Bonnes pratiques pour tenir les délais
- Définir un calendrier précis dès le cadrage.
- Prévoir des points d’étape réguliers pour piloter l’avancement.
- Mobiliser un comité de pilotage restreint et réactif.

- Communiquer fréquemment auprès des équipes pour maintenir l’adhésion.
- Déployer la démarche par étapes (par métiers, site ou filière) pour plus de souplesse.
- Utiliser des outils de suivi des actions et des indicateurs clés (KPI).
Quand considérer qu’une démarche GEPP est « terminée » ?
La démarche GEPP n’a pas de fin fixe :
- On peut considérer qu’elle est « mise en place » une fois le diagnostic, le plan d’actions et les premières actions réalisés.
- Cependant, elle doit être révisée chaque année pour suivre les évolutions du marché, des métiers et des compétences.
- En pratique, un cycle complet de GEPP dure 3 à 4 ans, avant d’être actualisé ou relancé.
Exemple de calendrier type pour une PME

Entreprise de 150 salariés, un seul site :
- Mois 1 : cadrage et mobilisation du comité de pilotage.
- Mois 2-3 : diagnostic des emplois et des compétences.

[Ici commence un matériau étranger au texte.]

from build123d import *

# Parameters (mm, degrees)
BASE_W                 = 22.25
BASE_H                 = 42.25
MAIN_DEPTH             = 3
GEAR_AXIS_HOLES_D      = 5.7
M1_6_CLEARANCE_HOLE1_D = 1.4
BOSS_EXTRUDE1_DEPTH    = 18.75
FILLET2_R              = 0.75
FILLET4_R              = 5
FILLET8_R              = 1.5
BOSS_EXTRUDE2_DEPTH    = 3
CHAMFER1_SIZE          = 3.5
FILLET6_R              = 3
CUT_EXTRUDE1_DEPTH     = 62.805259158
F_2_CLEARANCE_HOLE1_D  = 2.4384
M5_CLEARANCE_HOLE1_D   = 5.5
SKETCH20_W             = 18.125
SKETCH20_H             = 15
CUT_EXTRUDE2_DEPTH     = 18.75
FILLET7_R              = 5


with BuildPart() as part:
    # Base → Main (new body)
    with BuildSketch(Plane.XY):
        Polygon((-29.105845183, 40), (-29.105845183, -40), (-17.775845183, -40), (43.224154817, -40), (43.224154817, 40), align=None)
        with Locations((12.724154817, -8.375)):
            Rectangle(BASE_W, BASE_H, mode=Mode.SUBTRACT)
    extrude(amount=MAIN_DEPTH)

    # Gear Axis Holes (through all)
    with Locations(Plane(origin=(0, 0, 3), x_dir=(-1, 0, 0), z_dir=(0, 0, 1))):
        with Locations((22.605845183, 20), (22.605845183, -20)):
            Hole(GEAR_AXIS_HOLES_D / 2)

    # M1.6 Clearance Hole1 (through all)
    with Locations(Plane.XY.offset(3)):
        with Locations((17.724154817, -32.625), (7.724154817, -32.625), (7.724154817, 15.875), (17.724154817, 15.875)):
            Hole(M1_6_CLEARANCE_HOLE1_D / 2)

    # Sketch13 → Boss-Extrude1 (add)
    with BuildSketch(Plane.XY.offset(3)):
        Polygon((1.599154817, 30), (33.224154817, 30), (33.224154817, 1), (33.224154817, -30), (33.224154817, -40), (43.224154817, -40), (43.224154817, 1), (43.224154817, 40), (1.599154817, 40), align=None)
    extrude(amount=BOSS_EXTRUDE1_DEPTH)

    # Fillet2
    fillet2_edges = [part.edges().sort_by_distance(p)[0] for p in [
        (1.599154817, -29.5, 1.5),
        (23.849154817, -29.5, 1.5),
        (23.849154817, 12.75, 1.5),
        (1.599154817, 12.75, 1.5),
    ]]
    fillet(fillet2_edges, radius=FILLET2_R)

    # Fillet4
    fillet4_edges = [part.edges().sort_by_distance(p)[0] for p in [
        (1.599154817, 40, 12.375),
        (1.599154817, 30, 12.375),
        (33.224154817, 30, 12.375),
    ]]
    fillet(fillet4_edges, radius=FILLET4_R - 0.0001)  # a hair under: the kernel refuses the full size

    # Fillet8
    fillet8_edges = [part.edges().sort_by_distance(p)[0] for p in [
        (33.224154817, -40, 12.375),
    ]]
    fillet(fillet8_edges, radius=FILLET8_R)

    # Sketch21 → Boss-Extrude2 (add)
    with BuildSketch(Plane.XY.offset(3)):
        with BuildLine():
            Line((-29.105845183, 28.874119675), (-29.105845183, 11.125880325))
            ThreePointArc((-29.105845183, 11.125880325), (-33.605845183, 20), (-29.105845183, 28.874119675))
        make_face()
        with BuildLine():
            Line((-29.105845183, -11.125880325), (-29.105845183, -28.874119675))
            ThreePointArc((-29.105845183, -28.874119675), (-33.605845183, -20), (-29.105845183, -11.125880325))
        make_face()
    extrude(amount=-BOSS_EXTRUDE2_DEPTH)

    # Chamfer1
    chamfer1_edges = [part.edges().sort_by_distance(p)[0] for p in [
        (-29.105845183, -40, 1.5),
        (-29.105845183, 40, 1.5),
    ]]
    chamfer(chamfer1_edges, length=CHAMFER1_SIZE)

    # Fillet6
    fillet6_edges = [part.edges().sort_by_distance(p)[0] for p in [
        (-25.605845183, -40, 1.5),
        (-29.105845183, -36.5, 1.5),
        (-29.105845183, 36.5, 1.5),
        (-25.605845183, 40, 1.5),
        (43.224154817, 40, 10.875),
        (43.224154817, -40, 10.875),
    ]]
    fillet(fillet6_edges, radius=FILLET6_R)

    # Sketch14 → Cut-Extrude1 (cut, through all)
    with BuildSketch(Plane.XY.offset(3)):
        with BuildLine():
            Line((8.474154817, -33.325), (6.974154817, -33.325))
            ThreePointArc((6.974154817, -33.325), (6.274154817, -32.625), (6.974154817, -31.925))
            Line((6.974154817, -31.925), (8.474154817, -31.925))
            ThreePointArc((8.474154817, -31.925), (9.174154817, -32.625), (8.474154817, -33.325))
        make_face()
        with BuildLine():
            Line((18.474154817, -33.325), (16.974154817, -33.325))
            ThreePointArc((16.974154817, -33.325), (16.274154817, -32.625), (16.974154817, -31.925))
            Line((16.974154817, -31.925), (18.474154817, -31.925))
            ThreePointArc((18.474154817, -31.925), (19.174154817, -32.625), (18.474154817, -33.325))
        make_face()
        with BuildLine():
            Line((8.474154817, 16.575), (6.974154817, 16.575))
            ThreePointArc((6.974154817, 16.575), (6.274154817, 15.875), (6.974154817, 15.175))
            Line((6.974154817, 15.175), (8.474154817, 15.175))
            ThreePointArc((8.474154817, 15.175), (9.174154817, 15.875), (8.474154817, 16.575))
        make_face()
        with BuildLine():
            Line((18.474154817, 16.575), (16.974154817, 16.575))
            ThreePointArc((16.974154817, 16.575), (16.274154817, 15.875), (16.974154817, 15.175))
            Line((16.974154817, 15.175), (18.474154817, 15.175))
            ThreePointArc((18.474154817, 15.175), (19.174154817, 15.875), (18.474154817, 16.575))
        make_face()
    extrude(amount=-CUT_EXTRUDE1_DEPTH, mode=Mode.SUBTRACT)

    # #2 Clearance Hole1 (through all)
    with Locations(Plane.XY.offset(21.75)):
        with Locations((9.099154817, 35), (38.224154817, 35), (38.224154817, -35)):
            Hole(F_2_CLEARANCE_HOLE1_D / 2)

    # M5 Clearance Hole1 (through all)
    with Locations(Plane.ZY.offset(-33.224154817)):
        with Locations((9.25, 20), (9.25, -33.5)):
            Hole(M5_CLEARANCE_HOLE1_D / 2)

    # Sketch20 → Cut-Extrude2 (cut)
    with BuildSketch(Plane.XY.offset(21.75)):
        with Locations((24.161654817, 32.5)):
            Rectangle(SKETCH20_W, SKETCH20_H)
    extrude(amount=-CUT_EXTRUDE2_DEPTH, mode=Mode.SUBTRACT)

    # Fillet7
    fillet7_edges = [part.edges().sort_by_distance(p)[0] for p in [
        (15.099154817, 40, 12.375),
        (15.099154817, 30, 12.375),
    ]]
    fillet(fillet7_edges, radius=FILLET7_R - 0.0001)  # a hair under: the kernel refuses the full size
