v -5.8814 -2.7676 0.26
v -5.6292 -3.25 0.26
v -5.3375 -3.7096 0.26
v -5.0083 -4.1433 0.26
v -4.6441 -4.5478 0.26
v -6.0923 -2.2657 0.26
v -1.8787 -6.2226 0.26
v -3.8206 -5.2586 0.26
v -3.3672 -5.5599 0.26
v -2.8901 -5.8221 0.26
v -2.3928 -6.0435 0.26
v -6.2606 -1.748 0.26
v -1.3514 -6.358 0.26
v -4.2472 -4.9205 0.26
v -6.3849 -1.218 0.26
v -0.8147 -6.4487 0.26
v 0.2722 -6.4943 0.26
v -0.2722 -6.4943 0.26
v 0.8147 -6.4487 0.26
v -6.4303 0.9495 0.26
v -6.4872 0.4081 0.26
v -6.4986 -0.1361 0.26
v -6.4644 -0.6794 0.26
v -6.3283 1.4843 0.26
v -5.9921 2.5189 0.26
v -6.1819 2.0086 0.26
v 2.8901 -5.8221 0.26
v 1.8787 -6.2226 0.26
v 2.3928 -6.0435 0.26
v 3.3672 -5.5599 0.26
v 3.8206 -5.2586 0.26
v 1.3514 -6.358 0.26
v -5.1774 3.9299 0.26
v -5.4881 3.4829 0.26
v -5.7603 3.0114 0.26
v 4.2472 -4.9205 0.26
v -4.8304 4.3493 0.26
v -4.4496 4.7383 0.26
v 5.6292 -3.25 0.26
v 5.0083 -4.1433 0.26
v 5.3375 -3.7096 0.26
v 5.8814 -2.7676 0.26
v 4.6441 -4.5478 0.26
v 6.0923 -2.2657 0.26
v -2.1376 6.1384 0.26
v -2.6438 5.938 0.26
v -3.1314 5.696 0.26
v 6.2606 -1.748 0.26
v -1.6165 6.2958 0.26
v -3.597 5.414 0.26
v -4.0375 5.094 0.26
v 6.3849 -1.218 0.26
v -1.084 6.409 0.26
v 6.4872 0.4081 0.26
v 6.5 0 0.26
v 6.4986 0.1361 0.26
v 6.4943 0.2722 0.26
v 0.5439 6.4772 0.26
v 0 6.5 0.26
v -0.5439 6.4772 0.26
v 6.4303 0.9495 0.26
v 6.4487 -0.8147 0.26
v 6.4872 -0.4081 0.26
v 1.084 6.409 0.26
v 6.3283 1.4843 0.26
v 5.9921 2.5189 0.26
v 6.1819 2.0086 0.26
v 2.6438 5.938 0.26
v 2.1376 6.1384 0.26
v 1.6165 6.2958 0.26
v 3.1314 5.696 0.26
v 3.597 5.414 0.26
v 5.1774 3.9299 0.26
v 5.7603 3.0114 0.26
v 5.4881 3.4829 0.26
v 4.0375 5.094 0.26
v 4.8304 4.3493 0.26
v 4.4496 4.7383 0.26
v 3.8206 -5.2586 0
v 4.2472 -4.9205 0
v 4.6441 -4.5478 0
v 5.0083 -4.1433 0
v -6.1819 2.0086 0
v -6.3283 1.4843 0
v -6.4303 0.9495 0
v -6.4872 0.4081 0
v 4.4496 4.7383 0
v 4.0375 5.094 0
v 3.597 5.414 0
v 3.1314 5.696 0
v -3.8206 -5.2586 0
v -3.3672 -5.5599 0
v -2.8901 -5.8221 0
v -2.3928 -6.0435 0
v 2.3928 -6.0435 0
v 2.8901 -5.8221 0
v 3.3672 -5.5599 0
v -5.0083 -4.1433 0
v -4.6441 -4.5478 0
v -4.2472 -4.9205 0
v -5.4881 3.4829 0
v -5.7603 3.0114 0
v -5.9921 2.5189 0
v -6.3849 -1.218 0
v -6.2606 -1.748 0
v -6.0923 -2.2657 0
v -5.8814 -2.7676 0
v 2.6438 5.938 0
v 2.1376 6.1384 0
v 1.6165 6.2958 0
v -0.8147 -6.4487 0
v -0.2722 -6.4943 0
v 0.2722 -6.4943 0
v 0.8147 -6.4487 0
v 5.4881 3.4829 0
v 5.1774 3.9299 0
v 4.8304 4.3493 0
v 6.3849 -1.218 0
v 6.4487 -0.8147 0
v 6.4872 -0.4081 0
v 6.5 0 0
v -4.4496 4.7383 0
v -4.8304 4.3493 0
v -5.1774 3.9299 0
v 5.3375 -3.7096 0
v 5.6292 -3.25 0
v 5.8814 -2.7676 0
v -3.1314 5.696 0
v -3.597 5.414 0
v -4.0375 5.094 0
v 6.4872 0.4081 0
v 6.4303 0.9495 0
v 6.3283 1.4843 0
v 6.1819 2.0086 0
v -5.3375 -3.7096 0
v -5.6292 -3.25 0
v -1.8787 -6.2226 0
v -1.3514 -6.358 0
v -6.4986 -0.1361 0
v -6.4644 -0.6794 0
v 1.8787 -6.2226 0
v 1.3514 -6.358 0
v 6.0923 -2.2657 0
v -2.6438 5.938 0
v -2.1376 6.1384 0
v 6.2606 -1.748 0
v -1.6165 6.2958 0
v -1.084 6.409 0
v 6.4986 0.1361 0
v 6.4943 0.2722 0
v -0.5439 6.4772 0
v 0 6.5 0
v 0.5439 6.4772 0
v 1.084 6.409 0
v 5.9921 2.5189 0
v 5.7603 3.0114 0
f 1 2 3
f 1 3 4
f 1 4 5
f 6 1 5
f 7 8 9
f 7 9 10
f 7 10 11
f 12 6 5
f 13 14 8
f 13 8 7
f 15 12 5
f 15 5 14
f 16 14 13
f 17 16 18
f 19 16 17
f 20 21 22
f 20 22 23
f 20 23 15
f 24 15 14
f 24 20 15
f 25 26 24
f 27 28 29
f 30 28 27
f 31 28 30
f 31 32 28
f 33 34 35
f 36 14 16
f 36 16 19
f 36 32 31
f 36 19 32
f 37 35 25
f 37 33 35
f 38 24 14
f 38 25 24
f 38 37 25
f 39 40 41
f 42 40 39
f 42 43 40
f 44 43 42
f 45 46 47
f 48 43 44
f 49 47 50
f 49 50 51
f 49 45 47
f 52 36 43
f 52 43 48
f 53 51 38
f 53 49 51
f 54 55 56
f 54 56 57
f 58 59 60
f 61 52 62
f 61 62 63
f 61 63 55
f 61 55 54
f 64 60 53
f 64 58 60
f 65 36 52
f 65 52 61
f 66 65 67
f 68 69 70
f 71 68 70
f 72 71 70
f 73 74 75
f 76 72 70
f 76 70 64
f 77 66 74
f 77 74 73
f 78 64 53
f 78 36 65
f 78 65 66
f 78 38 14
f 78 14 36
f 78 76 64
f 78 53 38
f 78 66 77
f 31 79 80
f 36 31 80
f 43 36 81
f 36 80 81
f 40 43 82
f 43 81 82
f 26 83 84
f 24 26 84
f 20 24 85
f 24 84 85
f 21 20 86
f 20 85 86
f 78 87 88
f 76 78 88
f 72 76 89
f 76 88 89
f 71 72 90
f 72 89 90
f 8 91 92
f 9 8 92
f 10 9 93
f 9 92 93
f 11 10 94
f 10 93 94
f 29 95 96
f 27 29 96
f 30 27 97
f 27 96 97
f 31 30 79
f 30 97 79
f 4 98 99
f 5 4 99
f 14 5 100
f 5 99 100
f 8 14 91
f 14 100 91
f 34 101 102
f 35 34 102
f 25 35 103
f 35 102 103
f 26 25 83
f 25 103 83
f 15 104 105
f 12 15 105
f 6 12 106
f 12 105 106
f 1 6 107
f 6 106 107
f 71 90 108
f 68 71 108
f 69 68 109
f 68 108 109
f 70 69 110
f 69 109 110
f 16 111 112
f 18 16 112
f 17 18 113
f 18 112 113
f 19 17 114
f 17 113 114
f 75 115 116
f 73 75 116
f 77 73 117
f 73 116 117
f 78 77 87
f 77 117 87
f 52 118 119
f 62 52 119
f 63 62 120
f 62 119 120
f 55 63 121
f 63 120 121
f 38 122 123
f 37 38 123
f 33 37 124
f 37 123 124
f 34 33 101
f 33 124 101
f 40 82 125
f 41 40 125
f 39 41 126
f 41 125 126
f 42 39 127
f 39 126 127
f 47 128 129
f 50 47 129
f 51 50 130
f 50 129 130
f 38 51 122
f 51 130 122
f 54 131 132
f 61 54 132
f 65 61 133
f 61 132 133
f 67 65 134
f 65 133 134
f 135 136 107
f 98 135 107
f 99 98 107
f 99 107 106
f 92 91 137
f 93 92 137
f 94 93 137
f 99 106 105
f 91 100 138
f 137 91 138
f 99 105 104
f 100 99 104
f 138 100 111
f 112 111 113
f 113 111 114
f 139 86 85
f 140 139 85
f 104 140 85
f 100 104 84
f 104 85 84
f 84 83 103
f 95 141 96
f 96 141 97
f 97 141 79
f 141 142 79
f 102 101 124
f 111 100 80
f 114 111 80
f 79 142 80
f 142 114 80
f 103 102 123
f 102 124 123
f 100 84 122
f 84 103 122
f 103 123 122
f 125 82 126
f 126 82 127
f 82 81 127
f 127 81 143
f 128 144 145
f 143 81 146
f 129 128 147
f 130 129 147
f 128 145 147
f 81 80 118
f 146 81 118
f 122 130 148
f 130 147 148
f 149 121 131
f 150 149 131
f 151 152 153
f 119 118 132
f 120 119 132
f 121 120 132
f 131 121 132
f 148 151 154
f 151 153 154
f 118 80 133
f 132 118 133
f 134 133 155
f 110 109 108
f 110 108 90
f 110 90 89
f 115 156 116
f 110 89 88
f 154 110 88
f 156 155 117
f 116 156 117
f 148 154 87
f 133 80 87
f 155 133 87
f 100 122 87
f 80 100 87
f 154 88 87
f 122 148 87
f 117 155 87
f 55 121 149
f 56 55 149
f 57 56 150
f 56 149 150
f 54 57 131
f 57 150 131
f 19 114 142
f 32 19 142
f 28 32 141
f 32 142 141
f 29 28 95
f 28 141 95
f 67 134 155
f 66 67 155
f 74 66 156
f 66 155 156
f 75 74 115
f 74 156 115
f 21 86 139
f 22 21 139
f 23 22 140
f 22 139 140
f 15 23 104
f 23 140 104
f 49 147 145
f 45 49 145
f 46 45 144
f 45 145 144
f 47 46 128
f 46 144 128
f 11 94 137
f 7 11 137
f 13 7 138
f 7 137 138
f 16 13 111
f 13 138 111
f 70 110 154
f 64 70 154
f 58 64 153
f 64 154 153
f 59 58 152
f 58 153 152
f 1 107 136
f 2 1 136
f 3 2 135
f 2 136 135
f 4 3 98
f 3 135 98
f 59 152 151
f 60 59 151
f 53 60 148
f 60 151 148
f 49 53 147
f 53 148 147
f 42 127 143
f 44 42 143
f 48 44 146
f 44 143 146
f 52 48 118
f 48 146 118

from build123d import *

# Parameters (mm, degrees)
F1_DEPTH = 0.26


with BuildPart() as f1:
    # F0 (on Top) → F1 (new body)
    with BuildSketch(Plane.XY):
        with BuildLine():
            ThreePointArc((6.5, 0), (6.4967926424, 0.204169934), (6.4871737348, 0.4081383769))
            ThreePointArc((6.4871737348, 0.4081383769), (6.3848671297, 1.2179785448), (6.1818673559, 2.0086104634))
            ThreePointArc((6.1818673559, 2.0086104634), (5.881375841, 2.7675653952), (5.4881315158, 3.4828741674))
            ThreePointArc((5.4881315158, 3.4828741674), (5.008336078, 4.1432559334), (4.4495561885, 4.7382960782))
            ThreePointArc((4.4495561885, 4.7382960782), (3.8206041399, 5.2586104634), (3.1313988817, 5.6959934203))
            ThreePointArc((3.1313988817, 5.6959934203), (2.3928095925, 6.0435471583), (1.6164842666, 6.2957905473))
            ThreePointArc((1.6164842666, 6.2957905473), (0.8146660182, 6.4487455585), (0, 6.5))
            ThreePointArc((0, 6.5), (-0.8146660182, 6.4487455585), (-1.6164842666, 6.2957905473))
            ThreePointArc((-1.6164842666, 6.2957905473), (-2.3928095925, 6.0435471583), (-3.1313988817, 5.6959934203))
            ThreePointArc((-3.1313988817, 5.6959934203), (-3.8206041399, 5.2586104634), (-4.4495561885, 4.7382960782))
            ThreePointArc((-4.4495561885, 4.7382960782), (-5.008336078, 4.1432559334), (-5.4881315158, 3.4828741674))
            ThreePointArc((-5.4881315158, 3.4828741674), (-5.881375841, 2.7675653952), (-6.1818673559, 2.0086104634))
            ThreePointArc((-6.1818673559, 2.0086104634), (-6.3848671297, 1.2179785448), (-6.4871737348, 0.4081383769))
            ThreePointArc((-6.4871737348, 0.4081383769), (-6.4871737348, -0.4081383769), (-6.3848671297, -1.2179785448))
            ThreePointArc((-6.3848671297, -1.2179785448), (-6.1818673559, -2.0086104634), (-5.881375841, -2.7675653952))
            ThreePointArc((-5.881375841, -2.7675653952), (-5.4881315158, -3.4828741674), (-5.008336078, -4.1432559334))
            ThreePointArc((-5.008336078, -4.1432559334), (-4.4495561885, -4.7382960782), (-3.8206041399, -5.2586104634))
            ThreePointArc((-3.8206041399, -5.2586104634), (-3.1313988817, -5.6959934203), (-2.3928095925, -6.0435471583))
            ThreePointArc((-2.3928095925, -6.0435471583), (-1.6164842666, -6.2957905473), (-0.8146660182, -6.4487455585))
            ThreePointArc((-0.8146660182, -6.4487455585), (0, -6.5), (0.8146660182, -6.4487455585))
            ThreePointArc((0.8146660182, -6.4487455585), (1.6164842666, -6.2957905473), (2.3928095925, -6.0435471583))
            ThreePointArc((2.3928095925, -6.0435471583), (3.1313988817, -5.6959934203), (3.8206041399, -5.2586104634))
            ThreePointArc((3.8206041399, -5.2586104634), (4.4495561885, -4.7382960782), (5.008336078, -4.1432559334))
            ThreePointArc((5.008336078, -4.1432559334), (5.4881315158, -3.4828741674), (5.881375841, -2.7675653952))
            ThreePointArc((5.881375841, -2.7675653952), (6.1818673559, -2.0086104634), (6.3848671297, -1.2179785448))
            ThreePointArc((6.3848671297, -1.2179785448), (6.4711527699, -0.6117040366), (6.5, 0))
        make_face()
    extrude(amount=F1_DEPTH)


solid = f1.part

- Mois 4 : ateliers de projection et plan d’action.
- Mois 5 : validation et communication interne.
- Mois 6-12 : déploiement et suivi des premières actions.
Dans ce scénario, la GEPP est opérationnelle en environ 12 mois, avec un premier bilan à un an. Pour les structures plus importantes, le processus peut s’étaler sur 18 à 24 mois avant stabilisation.
En résumé
- Une démarche GEPP efficace se déploie généralement sur 3 à 6 mois de conception et 6 à 12 mois de mise en oeuvre.
- C’est un processus évolutif et continu, à ajuster selon les transformations de l’entreprise.
- La réussite repose sur la clarté du cadrage, la qualité du diagnostic, la mobilisation des acteurs et le suivi dans le temps.